Dendritic spine head diameter predicts episodic memory performance in older adults

Abstract

Episodic memory in older adults is varied and perceived to rely on numbers of synapses or dendritic spines. We analyzed 2157 neurons among 128 older individuals from the Religious Orders Study and Rush Memory and Aging Project. Analysis of 55,521 individual dendritic spines by least absolute shrinkage and selection operator regression and nested model cross-validation revealed that the dendritic spine head diameter in the temporal cortex, but not the premotor cortex, improved the prediction of episodic memory performance in models containing β amyloid plaque scores, neurofibrillary tangle pathology, and sex. These findings support the emerging hypothesis that, in the temporal cortex, synapse strength is more critical than quantity for memory in old age.

Fig. 1.. Overview of workflow.

Sections (250 μm) of the BA37 temporal cortex and BA6 premotor cortex from 128 older adults were Golgi stained and imaged with high-resolution bright-field microscopy. Z-stacks were imported to Neurolucida 360 for 3D digital reconstruction. Representative 60X bright-field images of Golgi-stained dendrites in BA37 and BA6 of cognitively normal older adults are shown on the right with the digital 3D reconstructions of those segments. Scale bars, 10 μm. Blue, thin spines; orange, stubby spines; green, mushroom spines; yellow, filopodia. Three cases were removed from downstream analyses due to missing data, resulting in a final sample size of 125. BA37 and BA6 datasets were used separately. Each dataset was randomly split into a discovery set containing 63 participants and a validation set containing 62 participants. LASSO regression was performed on the discovery set to identify spine traits associated with episodic memory. K-fold cross validation (K = 10) was used to select the penalty factor used for coefficient shrinkage during LASSO regression. Nested model leave-one-out cross-validation was then performed using the validation set. Multiple linear models containing different combinations of variables (age, pathology scores, sex, and spine density, head diameter, length, and volume) were generated. Pathology scores included were NP score and NFT score. The model with the smallest MSE best predicted episodic memory.

Fig. 2.. Dendritic spine head diameter improves the model prediction of episodic memory scores.

(A) LASSO coefficients after shrinkage for each BA37 dendritic spine feature included in the regression. Of the four spine features, head diameter had the strongest association with episodic memory. (B) Density plot comparing the observed episodic memory scores with those predicted by the full model consisting of pathology scores, sex, age, and BA37 dendritic spine density, length, head diameter, and volume. (C) Density plot comparing the observed episodic memory scores with those predicted by a model containing all features except age. Removing age improves model prediction. (D) Density plot comparing the observed episodic memory scores with those predicted by a model containing pathology scores (path), sex, and BA37 dendritic spine head diameter (hd). This model provided the best prediction of episodic memory scores. (E) Pearson correlation between the observed episodic memory scores and those predicted by the best model (pathology, sex, and BA37 head diameter). Cog, cognitive. (F) Density plot comparing the observed episodic memory scores with those predicted by the model containing pathology scores and sex. (G) LASSO coefficients after shrinkage for each BA6 dendritic spine feature included in the regression. Of the four spine features, BA6 spine length had the strongest association with episodic memory. (H) Density plot comparing episodic memory scores with the full model, consisting of pathology scores, sex, age, and BA6 dendritic spine density, length, head diameter, and volume. (I) Density plot comparing episodic memory scores with a model containing all features except age. Removing age improves model prediction. (J) Density plot comparing episodic memory scores with a model containing pathology scores, sex, and BA6 dendritic spine length (sl). The model fit (R²) is slightly lower than the model in (F), which contains only pathology scores and sex as predictors.

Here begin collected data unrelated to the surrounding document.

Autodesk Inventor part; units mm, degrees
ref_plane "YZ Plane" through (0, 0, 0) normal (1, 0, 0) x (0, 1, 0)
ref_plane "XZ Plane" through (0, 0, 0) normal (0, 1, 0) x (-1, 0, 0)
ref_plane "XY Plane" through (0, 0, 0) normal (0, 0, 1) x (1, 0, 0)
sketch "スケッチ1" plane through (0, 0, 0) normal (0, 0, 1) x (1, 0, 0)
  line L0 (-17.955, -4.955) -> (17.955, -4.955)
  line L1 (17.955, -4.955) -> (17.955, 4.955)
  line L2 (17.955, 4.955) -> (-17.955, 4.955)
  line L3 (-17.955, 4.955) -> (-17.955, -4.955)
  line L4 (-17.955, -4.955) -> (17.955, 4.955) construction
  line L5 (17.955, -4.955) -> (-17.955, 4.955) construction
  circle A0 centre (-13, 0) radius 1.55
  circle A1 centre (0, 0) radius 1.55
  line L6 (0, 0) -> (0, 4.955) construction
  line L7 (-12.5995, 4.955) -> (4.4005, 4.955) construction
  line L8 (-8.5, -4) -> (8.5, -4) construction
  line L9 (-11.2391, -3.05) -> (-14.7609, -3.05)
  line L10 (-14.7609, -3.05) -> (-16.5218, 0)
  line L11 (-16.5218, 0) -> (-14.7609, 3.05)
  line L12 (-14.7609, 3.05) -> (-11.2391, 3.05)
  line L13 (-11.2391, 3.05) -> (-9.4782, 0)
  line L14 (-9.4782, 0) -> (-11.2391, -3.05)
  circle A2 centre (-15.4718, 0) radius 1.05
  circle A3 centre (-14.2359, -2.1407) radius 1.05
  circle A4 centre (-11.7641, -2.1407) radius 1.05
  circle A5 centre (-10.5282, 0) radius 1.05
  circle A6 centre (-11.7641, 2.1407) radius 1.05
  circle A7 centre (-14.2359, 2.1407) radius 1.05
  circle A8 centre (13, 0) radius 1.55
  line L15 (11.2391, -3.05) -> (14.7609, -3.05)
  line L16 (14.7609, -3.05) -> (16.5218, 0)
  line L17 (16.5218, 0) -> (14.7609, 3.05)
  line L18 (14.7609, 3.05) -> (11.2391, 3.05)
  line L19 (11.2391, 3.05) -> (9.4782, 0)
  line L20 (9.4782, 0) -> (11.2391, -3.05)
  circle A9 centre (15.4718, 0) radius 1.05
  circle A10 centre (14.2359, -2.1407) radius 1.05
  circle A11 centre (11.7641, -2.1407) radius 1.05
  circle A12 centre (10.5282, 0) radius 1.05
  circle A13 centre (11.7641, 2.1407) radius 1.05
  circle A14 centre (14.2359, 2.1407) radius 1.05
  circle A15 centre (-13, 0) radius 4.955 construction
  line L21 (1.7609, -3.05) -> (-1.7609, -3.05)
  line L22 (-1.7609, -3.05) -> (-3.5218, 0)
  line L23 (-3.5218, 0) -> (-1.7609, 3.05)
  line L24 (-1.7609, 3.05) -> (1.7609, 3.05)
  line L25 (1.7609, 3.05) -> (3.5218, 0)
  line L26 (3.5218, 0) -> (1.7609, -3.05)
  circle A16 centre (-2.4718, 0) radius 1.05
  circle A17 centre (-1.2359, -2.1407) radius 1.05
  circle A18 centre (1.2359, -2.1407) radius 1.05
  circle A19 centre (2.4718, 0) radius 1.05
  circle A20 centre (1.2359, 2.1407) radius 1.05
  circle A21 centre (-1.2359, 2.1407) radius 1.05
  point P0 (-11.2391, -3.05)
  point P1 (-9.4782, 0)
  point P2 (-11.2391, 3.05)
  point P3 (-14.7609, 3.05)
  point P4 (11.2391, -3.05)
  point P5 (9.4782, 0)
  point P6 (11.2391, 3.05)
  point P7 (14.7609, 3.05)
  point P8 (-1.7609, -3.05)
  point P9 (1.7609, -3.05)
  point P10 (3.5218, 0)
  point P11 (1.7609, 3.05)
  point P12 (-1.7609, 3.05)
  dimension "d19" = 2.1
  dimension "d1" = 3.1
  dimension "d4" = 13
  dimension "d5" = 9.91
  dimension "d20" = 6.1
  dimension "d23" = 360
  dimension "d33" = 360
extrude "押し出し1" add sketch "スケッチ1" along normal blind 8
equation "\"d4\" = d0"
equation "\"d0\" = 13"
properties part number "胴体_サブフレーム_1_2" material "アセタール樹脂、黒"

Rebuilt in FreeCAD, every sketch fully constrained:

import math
import FreeCAD as App
import Part
import Sketcher

V = App.Vector
Q = App.Units.Quantity


def add_polygon(sketch, points):
    """Adds a closed chain of lines whose ends are joined by coincident constraints."""
    first, n = sketch.GeometryCount, len(points)
    for a, b in zip(points, points[1:] + points[:1]):
        sketch.addGeometry(Part.LineSegment(App.Vector(*a, 0), App.Vector(*b, 0)), False)
    for i in range(n):
        sketch.addConstraint(Sketcher.Constraint("Coincident", first + i, 2, first + (i + 1) % n, 1))

doc = App.newDocument("Part")
body = doc.addObject("PartDesign::Body", "Body")

# Sketch on XY plane
sketch1 = body.newObject("Sketcher::SketchObject", "Sketch")
sketch1.AttachmentSupport = (doc.getObject("XY_Plane"), [""])
sketch1.MapMode = "FlatFace"
add_polygon(sketch1, [(-18, 5), (-18, -5), (18, -5), (18, 5)])  # lines 0-3
sketch1.addGeometry(Part.LineSegment(V(-10.7, 2.1, 0), V(-10, 0.9, 0)), False)  # 4
sketch1.addGeometry(Part.ArcOfCircle(Part.Circle(V(-10.5, 0, 0), V(0, 0, 1), 1.1), math.radians(-60), math.radians(60)), False)  # 5
sketch1.addGeometry(Part.LineSegment(V(-10, -0.9, 0), V(-10.7, -2.1, 0)), False)  # 6
sketch1.addGeometry(Part.ArcOfCircle(Part.Circle(V(-11.8, -2.1, 0), V(0, 0, 1), 1.1), math.radians(-120), math.radians(0)), False)  # 7
sketch1.addGeometry(Part.LineSegment(V(-12.3, -3, 0), V(-13.7, -3, 0)), False)  # 8
sketch1.addGeometry(Part.ArcOfCircle(Part.Circle(V(-14.2, -2.1, 0), V(0, 0, 1), 1.1), math.radians(180), math.radians(300)), False)  # 9
sketch1.addGeometry(Part.LineSegment(V(-15.3, -2.1, 0), V(-16, -0.9, 0)), False)  # 10
sketch1.addGeometry(Part.ArcOfCircle(Part.Circle(V(-15.5, 0, 0), V(0, 0, 1), 1.1), math.radians(120), math.radians(240)), False)  # 11
sketch1.addGeometry(Part.LineSegment(V(-16, 0.9, 0), V(-15.3, 2.1, 0)), False)  # 12
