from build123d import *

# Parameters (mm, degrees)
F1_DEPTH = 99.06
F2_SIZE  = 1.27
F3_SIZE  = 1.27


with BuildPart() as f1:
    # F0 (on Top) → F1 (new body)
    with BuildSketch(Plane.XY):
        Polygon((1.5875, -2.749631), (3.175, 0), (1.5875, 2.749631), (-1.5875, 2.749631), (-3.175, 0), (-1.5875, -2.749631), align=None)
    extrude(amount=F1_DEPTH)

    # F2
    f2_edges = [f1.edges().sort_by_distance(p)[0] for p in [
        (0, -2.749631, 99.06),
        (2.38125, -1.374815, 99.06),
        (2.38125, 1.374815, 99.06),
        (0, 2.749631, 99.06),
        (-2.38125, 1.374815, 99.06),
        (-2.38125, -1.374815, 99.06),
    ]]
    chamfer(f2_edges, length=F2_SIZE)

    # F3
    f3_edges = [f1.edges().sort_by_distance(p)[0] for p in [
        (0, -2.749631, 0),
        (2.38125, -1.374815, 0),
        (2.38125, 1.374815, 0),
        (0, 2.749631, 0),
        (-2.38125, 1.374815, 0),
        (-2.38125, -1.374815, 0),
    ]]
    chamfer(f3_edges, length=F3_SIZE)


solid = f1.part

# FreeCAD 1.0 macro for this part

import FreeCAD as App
import Part
import Sketcher
Q = App.Units.Quantity


def edges_at(feature, points):
    """Names of the edges that pass closest to the given points."""
    edges = feature.Shape.Edges
    near = lambda p: min(range(len(edges)), key=lambda i: edges[i].distToShape(Part.Vertex(*p))[0])
    return sorted({f"Edge{near(p) + 1}" for p in points})


def add_polygon(sketch, points):
    """Adds a closed chain of lines whose ends are joined by coincident constraints."""
    first, n = sketch.GeometryCount, len(points)
    for a, b in zip(points, points[1:] + points[:1]):
        sketch.addGeometry(Part.LineSegment(App.Vector(*a, 0), App.Vector(*b, 0)), False)
    for i in range(n):
        sketch.addConstraint(Sketcher.Constraint("Coincident", first + i, 2, first + (i + 1) % n, 1))

doc = App.newDocument("Part")
body = doc.addObject("PartDesign::Body", "Body")

sketch1 = body.newObject("Sketcher::SketchObject", "Sketch")
sketch1.AttachmentSupport = (doc.getObject("XY_Plane"), [""])
sketch1.MapMode = "FlatFace"
add_polygon(sketch1, [(1.6, -2.7), (3.2, 0), (1.6, 2.7), (-1.6, 2.7), (-3.2, 0), (-1.6, -2.7)])
sketch1.addConstraint(Sketcher.Constraint("Horizontal", 2))
sketch1.addConstraint(Sketcher.Constraint("Horizontal", 5))
sketch1.addConstraint(Sketcher.Constraint("Symmetric", 0, 2, 3, 2, -1, 1))
sketch1.addConstraint(Sketcher.Constraint("Symmetric", 1, 2, 4, 2, -1, 1))
sketch1.addConstraint(Sketcher.Constraint("PointOnObject", 0, 2, -1))
sketch1.addConstraint(Sketcher.Constraint("Parallel", 0, 3))
sketch1.addConstraint(Sketcher.Constraint("Vertical", 2, 2, 4, 2))
sketch1.addConstraint(Sketcher.Constraint("Angle", 0, Q("60.000003 deg")))
sketch1.addConstraint(Sketcher.Constraint("DistanceX", 2, 2, 2, 1, Q("0.125 in")))
sketch1.addConstraint(Sketcher.Constraint("DistanceX", 3, 2, 0, 2, Q("0.25 in")))
pad1 = body.newObject("PartDesign::Pad", "Pad")
pad1.Profile = sketch1
pad1.Length = Q("3.9 in")
doc.recompute()

chamfer = body.newObject("PartDesign::Chamfer", "Chamfer")
chamfer.Base = (pad1, edges_at(pad1, [
    (0, -2.75, 99.06),
    (2.381, -1.375, 99.06),
    (2.381, 1.375, 99.06),
    (0, 2.75, 99.06),
    (-2.381, 1.375, 99.06),
    (-2.381, -1.375, 99.06),
]))
chamfer.Size = Q("0.05 in")
doc.recompute()

chamfer2 = body.newObject("PartDesign::Chamfer", "Chamfer001")
chamfer2.Base = (chamfer, edges_at(chamfer, [
    (0, -2.75, 0),
    (2.381, -1.375, 0),
    (2.381, 1.375, 0),
    (0, 2.75, 0),
    (-2.381, 1.375, 0),
    (-2.381, -1.375, 0),
]))
chamfer2.Size = Q("0.05 in")

doc.recompute()
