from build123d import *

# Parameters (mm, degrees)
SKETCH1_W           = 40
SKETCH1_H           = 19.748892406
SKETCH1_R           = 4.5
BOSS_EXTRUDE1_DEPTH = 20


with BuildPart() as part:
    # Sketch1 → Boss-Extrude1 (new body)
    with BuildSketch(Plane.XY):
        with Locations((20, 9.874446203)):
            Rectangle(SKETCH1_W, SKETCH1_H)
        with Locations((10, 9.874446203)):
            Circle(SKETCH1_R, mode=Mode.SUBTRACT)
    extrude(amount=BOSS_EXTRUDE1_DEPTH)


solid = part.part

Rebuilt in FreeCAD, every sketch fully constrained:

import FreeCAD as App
import Part
import Sketcher


def add_polygon(sketch, points):
    """Adds a closed chain of lines whose ends are joined by coincident constraints."""
    first, n = sketch.GeometryCount, len(points)
    for a, b in zip(points, points[1:] + points[:1]):
        sketch.addGeometry(Part.LineSegment(App.Vector(*a, 0), App.Vector(*b, 0)), False)
    for i in range(n):
        sketch.addConstraint(Sketcher.Constraint("Coincident", first + i, 2, first + (i + 1) % n, 1))

doc = App.newDocument("Part")
body = doc.addObject("PartDesign::Body", "Body")

# Sketch on XY plane
sketch1 = body.newObject("Sketcher::SketchObject", "Sketch")
sketch1.AttachmentSupport = (doc.getObject("XY_Plane"), [""])
sketch1.MapMode = "FlatFace"
add_polygon(sketch1, [(0, 19.7), (0, 0), (40, 0), (40, 19.7)])  # lines 0-3
sketch1.addGeometry(Part.Circle(App.Vector(10, 9.9, 0), App.Vector(0, 0, 1), 4.5), False)  # 4
sketch1.addConstraint(Sketcher.Constraint("Vertical", 0))
sketch1.addConstraint(Sketcher.Constraint("Horizontal", 1))
sketch1.addConstraint(Sketcher.Constraint("Vertical", 2))
sketch1.addConstraint(Sketcher.Constraint("Horizontal", 3))
sketch1.addConstraint(Sketcher.Constraint("Coincident", 0, 2, -1, 1))
sketch1.addConstraint(Sketcher.Constraint("Diameter", 4, 9.0))
sketch1.addConstraint(Sketcher.Constraint("DistanceX", 1, 1, 1, 2, 40.0))
sketch1.addConstraint(Sketcher.Constraint("DistanceX", -1, 1, 4, 3, 10.0))
sketch1.addConstraint(Sketcher.Constraint("DistanceY", 0, 2, 0, 1, 19.748892))
sketch1.addConstraint(Sketcher.Constraint("DistanceY", -1, 1, 4, 3, 9.874446))
pad1 = body.newObject("PartDesign::Pad", "Pad")
pad1.Profile = sketch1
pad1.Length = 20

doc.recompute()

Fig. 3.. Dendritic spine morphology correlates with cognition and pathology in BA37 but not BA6.

(A) The heatmap depicts Spearman correlations between BA37 dendritic spine measurements and both cognitive test scores and pathology scores. An FDR of 10% (q < 0.1) was applied, and the unadjusted P value is shown for those correlations with P < 0.05 and q < 0.1. Correlations with P < 0.05 and q < 0.05 following FDR adjustment are indicated with double asterisks (**). (B) Representative Spearman correlation (corr) scatter plots for BA37. (C) Spearman correlations between BA6 dendritic spine measurements and both cognitive test scores and pathology scores are shown in the heatmap. No correlations were statistically significant (P < 0.05) following FDR adjustment (q < 0.1).